§ Instructions for the task
When you reach the line with "f 545 546 547" in the listing below, transcribe it and each line after it up to and including the line with "f 21 417 420", exactly and with nothing else.

§ Records to use
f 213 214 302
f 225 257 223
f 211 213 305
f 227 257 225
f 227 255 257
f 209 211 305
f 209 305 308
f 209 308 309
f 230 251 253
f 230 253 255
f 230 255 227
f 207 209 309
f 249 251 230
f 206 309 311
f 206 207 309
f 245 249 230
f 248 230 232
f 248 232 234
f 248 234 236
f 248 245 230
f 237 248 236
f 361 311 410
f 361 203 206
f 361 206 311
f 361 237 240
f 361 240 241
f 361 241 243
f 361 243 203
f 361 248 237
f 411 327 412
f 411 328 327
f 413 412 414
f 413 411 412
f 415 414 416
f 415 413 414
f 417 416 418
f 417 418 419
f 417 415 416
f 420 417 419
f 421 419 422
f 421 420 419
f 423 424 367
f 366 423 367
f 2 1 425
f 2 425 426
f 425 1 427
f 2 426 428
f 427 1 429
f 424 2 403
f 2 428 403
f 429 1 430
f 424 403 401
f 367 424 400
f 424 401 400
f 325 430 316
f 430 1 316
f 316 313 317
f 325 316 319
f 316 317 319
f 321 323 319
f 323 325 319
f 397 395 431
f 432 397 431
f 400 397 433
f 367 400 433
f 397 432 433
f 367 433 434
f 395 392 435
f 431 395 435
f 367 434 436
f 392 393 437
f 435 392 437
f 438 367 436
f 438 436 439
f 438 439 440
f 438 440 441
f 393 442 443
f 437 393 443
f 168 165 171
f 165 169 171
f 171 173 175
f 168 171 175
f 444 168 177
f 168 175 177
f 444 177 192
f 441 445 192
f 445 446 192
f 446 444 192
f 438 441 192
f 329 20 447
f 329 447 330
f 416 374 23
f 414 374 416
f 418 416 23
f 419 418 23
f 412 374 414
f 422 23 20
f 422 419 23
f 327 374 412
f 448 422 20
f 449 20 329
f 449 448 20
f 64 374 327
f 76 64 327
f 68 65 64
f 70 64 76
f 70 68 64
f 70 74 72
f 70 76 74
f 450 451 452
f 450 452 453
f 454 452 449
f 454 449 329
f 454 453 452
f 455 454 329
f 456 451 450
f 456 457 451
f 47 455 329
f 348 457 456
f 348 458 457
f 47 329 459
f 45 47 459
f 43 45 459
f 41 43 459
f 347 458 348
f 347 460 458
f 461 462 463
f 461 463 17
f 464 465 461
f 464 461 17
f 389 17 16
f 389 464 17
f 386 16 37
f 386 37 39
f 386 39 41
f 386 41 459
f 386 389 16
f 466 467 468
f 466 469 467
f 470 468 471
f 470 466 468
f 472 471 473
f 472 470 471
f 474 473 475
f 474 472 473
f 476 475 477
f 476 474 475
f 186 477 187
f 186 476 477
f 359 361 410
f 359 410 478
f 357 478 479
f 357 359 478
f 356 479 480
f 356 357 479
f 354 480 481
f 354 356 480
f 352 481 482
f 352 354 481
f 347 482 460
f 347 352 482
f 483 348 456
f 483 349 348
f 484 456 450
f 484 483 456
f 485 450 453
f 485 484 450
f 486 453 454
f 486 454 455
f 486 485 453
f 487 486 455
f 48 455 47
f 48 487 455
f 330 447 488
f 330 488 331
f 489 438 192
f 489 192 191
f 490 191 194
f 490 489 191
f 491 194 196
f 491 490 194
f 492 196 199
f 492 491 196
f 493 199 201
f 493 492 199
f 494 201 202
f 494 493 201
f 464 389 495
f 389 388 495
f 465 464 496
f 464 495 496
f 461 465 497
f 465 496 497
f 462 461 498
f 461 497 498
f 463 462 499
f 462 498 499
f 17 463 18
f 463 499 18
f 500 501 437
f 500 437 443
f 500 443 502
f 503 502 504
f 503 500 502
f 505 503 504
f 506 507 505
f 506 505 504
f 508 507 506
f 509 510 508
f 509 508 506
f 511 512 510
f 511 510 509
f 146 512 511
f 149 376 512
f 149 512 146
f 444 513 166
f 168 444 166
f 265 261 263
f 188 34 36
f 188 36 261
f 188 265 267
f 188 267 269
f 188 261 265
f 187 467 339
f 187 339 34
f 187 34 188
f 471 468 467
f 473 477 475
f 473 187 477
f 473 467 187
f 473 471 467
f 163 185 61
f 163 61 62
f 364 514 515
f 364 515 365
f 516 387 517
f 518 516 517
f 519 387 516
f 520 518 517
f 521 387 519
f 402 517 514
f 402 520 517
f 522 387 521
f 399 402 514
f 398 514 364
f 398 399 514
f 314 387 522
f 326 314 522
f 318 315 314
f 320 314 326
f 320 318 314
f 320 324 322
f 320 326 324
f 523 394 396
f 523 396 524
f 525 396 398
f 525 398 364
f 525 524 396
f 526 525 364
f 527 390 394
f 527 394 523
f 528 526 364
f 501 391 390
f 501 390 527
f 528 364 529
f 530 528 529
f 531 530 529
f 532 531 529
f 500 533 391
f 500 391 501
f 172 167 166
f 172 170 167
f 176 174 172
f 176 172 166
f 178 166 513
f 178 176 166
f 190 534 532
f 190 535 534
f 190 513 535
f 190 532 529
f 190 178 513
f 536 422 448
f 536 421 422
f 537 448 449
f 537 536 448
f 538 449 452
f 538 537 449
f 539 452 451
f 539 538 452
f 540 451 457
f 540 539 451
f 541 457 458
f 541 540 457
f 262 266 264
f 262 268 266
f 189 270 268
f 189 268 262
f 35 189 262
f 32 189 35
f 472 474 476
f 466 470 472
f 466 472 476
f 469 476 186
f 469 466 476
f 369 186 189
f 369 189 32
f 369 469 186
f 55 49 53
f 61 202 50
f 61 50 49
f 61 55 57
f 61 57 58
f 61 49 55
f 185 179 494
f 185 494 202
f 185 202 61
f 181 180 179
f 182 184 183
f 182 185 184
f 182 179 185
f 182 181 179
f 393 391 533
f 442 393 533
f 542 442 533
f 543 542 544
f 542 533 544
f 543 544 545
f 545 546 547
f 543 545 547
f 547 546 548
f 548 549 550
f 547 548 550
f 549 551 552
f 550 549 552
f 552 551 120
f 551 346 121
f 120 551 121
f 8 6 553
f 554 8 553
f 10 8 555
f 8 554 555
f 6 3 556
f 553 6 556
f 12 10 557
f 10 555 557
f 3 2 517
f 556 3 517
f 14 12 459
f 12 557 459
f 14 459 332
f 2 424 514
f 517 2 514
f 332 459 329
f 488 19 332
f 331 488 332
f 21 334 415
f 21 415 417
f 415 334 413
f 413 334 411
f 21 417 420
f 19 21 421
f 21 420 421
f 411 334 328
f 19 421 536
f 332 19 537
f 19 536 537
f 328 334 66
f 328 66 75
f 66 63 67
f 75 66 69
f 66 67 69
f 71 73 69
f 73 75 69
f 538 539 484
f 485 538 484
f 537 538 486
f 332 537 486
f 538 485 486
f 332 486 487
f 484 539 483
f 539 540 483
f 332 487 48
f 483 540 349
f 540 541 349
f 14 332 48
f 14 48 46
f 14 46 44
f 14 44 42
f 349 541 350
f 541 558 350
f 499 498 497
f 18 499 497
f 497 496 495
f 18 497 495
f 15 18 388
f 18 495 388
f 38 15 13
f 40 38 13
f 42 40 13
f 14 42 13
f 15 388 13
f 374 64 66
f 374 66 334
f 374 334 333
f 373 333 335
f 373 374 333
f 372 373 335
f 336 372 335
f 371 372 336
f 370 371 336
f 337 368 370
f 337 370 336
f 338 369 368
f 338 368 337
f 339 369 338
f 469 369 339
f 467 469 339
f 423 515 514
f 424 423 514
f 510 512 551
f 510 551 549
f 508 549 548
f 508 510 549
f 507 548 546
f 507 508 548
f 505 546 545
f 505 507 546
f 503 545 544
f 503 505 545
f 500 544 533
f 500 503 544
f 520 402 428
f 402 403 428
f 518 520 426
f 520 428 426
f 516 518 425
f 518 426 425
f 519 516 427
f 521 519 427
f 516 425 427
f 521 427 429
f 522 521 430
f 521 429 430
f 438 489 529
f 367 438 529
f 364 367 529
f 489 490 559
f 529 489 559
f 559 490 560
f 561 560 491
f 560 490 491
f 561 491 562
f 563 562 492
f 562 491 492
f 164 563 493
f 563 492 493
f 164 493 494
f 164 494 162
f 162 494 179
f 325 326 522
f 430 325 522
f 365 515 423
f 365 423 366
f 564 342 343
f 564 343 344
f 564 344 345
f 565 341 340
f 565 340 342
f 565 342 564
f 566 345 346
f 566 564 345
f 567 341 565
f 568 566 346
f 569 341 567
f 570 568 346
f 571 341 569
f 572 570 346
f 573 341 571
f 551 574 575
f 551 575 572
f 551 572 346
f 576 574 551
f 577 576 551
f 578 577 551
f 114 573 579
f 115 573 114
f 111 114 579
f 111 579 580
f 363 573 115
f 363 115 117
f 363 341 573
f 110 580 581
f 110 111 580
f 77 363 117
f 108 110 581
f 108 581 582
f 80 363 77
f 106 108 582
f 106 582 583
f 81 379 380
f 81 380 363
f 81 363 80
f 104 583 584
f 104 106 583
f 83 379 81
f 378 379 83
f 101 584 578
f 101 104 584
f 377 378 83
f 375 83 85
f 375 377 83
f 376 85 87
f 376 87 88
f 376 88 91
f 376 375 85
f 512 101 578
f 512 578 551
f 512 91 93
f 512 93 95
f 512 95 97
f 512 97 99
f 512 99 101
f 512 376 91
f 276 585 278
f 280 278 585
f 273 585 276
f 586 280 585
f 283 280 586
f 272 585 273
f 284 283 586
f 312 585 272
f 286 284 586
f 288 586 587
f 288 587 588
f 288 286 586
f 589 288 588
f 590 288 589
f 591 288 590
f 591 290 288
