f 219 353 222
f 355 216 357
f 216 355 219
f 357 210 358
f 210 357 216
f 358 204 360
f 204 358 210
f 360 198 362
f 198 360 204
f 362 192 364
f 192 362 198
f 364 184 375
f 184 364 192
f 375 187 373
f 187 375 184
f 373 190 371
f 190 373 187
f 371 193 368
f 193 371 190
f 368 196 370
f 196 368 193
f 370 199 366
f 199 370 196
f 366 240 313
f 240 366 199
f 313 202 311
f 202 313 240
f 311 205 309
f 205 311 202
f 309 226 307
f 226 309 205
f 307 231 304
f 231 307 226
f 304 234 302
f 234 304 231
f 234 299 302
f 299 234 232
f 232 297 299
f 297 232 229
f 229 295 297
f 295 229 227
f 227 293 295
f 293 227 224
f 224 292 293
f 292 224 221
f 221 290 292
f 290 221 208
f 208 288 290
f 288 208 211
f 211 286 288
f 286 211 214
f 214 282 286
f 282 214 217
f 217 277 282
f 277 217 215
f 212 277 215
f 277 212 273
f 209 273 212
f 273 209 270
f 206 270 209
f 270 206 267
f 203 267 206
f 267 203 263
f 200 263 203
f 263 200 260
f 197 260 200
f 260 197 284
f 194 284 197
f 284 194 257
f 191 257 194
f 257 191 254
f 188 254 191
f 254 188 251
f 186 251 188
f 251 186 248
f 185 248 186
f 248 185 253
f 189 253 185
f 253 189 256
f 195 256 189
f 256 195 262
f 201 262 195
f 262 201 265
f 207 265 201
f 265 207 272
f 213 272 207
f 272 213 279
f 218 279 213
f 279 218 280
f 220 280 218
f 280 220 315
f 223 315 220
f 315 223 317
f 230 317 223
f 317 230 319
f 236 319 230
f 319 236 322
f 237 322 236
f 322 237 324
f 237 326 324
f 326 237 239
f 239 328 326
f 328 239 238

§ Exercise result
f 545 546 547
f 543 545 547
f 547 546 548
f 548 549 550
f 547 548 550
f 549 551 552
f 550 549 552
f 552 551 120
f 551 346 121
f 120 551 121
f 8 6 553
f 554 8 553
f 10 8 555
f 8 554 555
f 6 3 556
f 553 6 556
f 12 10 557
f 10 555 557
f 3 2 517
f 556 3 517
f 14 12 459
f 12 557 459
f 14 459 332
f 2 424 514
f 517 2 514
f 332 459 329
f 488 19 332
f 331 488 332
f 21 334 415
f 21 415 417
f 415 334 413
f 413 334 411
f 21 417 420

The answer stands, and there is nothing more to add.